**Requirement**
State how many lines in the following entries contain the word "Constraints". No other output.

[Stored data]
--

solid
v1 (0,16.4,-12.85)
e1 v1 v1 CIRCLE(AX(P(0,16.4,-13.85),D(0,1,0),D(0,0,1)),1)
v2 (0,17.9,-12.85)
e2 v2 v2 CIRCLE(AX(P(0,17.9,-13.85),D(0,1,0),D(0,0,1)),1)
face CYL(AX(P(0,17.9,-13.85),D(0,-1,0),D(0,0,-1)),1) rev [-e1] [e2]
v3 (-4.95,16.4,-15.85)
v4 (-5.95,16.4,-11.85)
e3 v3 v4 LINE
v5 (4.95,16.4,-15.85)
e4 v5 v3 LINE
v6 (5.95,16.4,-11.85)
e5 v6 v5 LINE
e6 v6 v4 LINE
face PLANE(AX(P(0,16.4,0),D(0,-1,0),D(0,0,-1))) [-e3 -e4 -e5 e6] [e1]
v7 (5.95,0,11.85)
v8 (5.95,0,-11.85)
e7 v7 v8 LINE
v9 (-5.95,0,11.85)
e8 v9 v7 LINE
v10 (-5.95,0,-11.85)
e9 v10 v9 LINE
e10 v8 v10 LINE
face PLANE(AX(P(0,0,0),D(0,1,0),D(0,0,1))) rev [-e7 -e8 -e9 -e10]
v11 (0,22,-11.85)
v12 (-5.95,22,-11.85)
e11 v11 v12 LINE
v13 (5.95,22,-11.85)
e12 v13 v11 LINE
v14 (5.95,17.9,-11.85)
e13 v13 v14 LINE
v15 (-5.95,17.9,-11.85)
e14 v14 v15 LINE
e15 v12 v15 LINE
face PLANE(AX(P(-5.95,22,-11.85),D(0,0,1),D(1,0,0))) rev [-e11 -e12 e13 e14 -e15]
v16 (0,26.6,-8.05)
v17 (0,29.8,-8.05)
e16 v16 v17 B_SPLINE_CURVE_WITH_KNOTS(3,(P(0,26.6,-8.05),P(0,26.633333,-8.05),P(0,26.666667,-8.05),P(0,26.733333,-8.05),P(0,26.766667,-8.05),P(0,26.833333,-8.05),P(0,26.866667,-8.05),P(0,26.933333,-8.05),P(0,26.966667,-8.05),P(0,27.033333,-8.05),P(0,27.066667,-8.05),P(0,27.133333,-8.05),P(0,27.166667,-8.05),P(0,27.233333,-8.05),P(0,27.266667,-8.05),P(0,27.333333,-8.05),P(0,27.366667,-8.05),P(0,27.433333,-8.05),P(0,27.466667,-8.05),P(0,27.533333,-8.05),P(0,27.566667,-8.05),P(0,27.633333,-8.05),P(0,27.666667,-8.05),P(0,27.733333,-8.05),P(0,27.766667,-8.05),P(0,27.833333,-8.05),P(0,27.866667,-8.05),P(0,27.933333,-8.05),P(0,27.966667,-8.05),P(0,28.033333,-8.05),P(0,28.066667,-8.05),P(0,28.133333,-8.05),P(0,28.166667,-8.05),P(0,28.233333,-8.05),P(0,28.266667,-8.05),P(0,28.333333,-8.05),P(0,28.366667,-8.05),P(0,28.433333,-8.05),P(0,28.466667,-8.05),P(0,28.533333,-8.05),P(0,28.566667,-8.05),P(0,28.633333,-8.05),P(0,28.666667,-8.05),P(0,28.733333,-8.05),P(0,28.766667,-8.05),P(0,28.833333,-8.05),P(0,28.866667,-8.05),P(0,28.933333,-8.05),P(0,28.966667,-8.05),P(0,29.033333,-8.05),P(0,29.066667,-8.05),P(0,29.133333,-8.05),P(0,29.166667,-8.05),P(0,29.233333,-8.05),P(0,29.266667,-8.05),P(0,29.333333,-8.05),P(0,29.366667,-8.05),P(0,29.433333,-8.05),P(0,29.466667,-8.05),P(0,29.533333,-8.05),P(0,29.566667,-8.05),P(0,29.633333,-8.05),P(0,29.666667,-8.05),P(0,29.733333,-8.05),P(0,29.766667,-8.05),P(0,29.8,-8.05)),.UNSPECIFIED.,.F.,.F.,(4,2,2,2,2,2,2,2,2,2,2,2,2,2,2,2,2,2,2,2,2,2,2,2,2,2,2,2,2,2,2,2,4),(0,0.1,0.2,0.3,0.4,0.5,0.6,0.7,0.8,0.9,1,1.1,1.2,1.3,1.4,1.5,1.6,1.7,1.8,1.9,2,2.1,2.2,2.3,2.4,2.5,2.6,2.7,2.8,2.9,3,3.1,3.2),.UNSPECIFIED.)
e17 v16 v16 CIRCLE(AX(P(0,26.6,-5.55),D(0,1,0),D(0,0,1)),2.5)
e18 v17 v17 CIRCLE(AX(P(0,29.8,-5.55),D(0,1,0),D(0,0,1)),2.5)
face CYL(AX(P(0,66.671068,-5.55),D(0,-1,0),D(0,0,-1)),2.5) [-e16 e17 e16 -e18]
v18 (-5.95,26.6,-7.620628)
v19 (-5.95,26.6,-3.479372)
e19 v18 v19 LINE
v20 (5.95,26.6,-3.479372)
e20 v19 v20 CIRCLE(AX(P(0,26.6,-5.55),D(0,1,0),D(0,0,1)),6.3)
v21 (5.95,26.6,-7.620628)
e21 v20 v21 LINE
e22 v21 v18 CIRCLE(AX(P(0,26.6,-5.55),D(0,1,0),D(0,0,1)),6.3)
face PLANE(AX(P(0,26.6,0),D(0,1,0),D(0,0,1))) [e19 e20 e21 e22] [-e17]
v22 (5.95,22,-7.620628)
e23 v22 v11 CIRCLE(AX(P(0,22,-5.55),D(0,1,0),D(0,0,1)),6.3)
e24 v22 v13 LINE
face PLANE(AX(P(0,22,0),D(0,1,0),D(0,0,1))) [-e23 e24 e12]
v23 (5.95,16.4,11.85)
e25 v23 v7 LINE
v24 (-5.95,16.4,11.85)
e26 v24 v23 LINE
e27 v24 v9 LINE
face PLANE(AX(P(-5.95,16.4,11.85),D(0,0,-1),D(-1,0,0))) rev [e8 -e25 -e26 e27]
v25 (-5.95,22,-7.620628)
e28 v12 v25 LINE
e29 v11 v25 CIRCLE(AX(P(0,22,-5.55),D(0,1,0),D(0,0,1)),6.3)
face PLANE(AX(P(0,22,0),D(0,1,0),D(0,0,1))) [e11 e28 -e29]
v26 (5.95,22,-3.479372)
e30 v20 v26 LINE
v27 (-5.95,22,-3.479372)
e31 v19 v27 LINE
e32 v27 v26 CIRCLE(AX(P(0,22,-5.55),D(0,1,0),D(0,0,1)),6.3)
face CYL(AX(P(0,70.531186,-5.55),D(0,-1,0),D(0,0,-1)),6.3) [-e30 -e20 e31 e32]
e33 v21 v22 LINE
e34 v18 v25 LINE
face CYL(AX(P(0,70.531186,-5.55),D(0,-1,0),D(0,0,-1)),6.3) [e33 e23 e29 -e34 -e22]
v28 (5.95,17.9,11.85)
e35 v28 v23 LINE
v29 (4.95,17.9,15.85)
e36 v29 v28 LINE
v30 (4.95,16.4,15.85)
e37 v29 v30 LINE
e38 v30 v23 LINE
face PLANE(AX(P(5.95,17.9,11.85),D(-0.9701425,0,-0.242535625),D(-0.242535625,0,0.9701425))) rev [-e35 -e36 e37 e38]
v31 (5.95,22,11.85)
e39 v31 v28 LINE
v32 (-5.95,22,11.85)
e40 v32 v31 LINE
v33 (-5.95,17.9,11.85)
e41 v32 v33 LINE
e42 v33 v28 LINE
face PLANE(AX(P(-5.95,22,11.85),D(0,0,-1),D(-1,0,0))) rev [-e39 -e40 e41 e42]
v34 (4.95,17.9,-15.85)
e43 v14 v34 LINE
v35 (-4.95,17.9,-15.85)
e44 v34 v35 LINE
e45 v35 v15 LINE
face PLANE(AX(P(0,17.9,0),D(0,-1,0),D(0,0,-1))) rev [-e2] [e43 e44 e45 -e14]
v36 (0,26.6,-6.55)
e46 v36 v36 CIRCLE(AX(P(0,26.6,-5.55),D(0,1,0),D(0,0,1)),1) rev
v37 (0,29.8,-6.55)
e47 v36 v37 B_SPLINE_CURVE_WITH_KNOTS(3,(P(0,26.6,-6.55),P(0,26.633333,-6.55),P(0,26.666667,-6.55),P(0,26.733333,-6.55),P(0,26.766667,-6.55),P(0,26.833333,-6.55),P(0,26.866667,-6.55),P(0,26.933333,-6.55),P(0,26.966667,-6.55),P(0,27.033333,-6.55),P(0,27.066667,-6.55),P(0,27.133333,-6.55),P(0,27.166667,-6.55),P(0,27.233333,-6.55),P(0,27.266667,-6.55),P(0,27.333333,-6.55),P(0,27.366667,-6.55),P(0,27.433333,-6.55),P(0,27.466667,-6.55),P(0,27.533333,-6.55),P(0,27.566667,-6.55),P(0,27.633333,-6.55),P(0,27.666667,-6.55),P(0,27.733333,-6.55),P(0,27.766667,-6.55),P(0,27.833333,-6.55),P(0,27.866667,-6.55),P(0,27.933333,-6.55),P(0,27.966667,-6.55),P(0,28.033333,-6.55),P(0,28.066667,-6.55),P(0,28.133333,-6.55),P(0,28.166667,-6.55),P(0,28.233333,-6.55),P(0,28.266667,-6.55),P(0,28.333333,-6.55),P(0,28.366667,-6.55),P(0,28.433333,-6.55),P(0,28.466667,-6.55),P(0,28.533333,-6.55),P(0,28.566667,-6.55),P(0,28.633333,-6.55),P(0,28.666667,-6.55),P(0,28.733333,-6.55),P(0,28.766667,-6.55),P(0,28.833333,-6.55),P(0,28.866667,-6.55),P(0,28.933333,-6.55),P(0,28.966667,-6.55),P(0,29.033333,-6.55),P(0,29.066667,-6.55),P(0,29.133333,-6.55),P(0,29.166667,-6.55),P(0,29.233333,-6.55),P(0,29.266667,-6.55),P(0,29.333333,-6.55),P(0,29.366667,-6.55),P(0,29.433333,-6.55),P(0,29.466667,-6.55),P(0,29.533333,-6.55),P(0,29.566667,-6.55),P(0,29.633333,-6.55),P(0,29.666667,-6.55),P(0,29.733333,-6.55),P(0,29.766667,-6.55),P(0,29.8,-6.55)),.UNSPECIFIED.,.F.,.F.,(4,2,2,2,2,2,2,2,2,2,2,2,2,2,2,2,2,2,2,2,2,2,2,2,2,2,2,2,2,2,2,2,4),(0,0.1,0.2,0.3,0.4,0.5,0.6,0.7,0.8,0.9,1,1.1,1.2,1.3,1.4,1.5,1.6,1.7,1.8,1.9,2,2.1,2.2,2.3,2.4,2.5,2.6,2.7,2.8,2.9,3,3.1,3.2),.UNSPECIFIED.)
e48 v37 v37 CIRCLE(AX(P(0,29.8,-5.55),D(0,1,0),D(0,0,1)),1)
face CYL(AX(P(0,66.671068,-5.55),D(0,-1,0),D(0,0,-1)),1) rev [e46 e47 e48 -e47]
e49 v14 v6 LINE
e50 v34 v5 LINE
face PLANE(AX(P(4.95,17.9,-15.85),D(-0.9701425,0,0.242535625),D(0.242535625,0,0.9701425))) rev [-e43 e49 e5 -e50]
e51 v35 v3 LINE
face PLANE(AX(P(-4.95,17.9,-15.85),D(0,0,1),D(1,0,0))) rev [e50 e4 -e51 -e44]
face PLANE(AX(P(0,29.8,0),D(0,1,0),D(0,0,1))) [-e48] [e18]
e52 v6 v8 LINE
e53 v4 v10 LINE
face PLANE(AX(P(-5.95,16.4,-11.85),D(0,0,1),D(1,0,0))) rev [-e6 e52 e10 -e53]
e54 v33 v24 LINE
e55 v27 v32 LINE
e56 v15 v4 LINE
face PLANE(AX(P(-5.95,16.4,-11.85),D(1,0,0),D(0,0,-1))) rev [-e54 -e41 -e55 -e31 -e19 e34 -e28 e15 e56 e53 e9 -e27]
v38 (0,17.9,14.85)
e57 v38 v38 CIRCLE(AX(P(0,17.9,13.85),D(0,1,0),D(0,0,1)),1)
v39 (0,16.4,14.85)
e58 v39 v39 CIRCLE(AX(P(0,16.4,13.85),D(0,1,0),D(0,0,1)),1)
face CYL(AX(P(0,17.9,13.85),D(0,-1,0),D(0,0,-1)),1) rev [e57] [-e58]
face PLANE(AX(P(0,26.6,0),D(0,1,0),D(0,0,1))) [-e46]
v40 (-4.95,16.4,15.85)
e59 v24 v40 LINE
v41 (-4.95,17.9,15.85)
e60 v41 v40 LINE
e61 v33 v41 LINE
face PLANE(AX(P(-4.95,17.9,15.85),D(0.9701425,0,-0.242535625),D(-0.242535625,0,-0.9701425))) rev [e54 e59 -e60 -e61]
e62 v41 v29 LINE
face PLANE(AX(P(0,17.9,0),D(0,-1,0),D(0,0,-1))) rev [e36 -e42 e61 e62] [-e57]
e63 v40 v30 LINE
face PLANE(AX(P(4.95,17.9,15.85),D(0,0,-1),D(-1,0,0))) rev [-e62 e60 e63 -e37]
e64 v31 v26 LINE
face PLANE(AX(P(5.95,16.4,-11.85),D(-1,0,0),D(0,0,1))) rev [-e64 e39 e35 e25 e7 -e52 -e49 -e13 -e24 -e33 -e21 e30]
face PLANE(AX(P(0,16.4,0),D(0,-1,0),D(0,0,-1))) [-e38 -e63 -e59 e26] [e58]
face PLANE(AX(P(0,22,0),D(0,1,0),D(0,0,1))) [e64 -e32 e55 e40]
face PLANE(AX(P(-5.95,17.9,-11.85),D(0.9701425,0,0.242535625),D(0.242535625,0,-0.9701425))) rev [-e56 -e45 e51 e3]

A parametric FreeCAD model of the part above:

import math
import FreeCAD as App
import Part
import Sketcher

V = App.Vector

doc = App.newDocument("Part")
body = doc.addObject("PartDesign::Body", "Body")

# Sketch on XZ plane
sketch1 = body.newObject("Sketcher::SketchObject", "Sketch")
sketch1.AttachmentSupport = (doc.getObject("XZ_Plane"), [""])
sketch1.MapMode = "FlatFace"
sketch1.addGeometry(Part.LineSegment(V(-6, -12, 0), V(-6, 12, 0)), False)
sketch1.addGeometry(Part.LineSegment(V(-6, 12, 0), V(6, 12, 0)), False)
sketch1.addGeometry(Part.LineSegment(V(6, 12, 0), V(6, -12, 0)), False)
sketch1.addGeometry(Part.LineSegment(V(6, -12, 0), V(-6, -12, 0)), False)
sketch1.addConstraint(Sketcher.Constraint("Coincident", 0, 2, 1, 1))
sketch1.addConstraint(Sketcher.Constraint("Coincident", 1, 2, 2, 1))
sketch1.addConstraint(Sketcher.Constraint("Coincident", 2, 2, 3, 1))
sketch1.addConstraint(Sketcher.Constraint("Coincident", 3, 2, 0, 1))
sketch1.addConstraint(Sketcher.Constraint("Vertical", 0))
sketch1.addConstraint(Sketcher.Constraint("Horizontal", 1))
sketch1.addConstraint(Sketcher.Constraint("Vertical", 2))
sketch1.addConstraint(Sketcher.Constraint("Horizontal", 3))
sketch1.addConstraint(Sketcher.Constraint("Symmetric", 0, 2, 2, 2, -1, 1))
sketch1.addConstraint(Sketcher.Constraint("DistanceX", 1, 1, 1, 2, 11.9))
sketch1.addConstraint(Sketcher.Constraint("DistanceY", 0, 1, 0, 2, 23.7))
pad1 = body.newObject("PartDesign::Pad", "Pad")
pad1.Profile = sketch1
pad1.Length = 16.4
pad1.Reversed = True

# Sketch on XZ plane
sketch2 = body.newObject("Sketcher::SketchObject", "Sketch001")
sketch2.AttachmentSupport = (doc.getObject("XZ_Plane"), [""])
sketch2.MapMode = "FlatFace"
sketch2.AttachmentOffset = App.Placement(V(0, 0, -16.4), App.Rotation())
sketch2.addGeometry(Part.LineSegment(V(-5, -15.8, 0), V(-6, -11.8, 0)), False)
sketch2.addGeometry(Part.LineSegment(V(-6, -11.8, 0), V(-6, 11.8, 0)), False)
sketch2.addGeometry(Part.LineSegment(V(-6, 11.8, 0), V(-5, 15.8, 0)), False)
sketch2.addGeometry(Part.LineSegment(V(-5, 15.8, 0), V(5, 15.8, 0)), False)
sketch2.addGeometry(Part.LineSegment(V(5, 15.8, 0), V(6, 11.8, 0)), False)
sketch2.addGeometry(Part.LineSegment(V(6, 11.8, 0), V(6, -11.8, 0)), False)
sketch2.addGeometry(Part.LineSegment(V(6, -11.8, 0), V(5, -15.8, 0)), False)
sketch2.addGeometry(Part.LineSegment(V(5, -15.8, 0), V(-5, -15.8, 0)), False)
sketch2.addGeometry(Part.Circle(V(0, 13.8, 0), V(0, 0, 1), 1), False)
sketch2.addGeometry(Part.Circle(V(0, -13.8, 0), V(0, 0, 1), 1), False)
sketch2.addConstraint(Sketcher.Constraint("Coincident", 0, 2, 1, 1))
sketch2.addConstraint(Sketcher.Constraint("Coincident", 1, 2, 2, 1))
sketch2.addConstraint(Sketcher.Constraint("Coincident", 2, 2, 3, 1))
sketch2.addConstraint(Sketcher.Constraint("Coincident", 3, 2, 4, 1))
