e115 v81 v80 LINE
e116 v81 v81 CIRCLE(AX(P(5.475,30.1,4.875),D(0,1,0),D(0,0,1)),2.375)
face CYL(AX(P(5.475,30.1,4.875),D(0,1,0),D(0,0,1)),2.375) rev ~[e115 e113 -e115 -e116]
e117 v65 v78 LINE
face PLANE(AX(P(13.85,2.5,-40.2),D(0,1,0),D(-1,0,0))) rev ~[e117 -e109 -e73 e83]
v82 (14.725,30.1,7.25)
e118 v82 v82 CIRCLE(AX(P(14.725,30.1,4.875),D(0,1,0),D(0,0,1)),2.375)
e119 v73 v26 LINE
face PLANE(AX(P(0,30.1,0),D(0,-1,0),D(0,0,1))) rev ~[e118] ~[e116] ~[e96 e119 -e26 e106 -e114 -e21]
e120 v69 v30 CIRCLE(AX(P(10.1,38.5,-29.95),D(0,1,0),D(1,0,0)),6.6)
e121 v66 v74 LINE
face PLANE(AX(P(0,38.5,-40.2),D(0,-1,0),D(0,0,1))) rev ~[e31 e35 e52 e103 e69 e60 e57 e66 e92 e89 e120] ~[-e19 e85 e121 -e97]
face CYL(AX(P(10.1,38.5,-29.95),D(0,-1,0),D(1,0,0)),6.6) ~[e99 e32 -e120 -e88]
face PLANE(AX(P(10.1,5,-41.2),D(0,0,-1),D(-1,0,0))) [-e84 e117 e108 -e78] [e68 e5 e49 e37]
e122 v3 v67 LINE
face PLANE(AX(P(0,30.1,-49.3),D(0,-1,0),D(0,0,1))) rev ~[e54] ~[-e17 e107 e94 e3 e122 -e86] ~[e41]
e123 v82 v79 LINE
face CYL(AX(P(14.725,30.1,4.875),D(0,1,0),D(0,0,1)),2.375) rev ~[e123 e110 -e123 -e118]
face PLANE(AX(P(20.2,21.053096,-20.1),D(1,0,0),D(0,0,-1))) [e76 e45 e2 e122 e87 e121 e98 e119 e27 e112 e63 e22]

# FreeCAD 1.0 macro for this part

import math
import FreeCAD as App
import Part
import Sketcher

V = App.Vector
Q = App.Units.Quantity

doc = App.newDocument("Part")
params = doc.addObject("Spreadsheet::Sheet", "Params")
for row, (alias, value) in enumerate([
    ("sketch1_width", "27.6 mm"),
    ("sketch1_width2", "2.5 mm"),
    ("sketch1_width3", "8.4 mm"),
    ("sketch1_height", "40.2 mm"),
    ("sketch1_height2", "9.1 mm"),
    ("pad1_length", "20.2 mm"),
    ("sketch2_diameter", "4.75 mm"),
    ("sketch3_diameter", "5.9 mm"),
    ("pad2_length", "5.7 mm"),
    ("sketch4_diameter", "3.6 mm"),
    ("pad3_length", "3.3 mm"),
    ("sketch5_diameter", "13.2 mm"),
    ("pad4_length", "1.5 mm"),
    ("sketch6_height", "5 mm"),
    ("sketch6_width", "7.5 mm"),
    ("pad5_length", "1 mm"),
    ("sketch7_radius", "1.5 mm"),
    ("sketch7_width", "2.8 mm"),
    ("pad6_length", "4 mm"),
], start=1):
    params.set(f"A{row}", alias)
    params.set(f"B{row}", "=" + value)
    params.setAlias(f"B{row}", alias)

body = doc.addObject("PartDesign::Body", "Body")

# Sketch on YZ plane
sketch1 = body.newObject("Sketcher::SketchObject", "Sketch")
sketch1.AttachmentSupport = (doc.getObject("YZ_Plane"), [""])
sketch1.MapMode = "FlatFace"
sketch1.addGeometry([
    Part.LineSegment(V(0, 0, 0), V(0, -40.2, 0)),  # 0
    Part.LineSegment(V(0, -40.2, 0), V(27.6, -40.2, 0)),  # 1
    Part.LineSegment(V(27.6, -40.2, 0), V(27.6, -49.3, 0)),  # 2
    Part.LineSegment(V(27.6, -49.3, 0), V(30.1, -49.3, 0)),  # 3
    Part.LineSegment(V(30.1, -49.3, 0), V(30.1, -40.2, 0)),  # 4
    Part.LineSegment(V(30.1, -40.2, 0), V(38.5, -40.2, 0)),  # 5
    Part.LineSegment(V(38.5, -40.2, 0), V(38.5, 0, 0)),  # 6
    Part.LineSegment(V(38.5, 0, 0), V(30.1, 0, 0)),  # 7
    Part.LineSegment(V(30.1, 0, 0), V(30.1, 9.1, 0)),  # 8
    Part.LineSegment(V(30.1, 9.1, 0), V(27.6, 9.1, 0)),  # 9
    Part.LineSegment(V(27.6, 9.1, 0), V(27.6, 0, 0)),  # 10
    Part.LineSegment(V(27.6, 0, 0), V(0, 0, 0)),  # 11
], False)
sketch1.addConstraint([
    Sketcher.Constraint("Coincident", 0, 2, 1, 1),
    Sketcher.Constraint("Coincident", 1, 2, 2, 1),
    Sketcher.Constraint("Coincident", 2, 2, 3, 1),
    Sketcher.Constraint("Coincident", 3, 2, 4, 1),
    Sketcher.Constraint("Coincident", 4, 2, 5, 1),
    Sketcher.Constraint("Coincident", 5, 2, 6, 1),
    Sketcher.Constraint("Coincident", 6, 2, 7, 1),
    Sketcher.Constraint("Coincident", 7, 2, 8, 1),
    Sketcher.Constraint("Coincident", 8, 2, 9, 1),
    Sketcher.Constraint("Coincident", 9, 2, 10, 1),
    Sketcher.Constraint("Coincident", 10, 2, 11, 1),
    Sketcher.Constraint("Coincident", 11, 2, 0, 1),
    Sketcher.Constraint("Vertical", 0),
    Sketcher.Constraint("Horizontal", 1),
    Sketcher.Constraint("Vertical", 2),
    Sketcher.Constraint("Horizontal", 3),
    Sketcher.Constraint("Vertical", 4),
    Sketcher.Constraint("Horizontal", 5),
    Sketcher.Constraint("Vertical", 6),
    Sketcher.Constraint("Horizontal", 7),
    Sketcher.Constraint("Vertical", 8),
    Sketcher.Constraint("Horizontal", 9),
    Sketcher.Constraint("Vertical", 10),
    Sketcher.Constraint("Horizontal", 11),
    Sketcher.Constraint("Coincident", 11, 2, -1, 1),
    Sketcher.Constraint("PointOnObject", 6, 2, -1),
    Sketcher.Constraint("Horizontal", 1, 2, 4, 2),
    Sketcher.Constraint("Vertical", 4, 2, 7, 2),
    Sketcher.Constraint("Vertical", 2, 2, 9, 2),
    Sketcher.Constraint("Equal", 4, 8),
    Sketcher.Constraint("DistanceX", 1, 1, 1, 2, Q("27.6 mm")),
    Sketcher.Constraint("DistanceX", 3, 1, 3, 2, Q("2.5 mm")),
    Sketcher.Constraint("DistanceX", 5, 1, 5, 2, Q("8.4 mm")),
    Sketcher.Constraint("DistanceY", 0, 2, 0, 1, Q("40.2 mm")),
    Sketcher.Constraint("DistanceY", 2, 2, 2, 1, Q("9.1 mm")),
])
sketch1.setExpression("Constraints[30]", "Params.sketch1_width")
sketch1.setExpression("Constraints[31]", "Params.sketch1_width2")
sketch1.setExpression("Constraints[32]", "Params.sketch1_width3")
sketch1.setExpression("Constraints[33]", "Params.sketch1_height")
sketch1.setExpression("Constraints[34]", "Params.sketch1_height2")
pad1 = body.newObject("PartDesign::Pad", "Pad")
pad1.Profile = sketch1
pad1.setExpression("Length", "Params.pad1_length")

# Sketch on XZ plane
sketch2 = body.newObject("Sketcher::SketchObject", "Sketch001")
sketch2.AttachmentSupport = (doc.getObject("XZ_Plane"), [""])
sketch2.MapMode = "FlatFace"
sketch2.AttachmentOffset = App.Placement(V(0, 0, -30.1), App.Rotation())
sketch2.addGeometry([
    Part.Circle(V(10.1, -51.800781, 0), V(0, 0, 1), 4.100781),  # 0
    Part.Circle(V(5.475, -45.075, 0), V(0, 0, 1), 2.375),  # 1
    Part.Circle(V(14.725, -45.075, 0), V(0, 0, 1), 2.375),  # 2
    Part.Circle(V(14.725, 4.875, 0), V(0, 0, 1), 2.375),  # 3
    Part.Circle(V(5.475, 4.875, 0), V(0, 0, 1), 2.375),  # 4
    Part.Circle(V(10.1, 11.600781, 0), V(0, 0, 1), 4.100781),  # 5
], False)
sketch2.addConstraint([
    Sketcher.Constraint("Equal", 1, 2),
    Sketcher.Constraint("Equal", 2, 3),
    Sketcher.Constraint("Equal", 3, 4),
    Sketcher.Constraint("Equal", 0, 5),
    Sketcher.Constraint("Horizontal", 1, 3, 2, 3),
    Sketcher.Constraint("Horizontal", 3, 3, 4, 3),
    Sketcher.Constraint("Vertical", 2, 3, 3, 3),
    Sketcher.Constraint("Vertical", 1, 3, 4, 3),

--

**Written reply**
5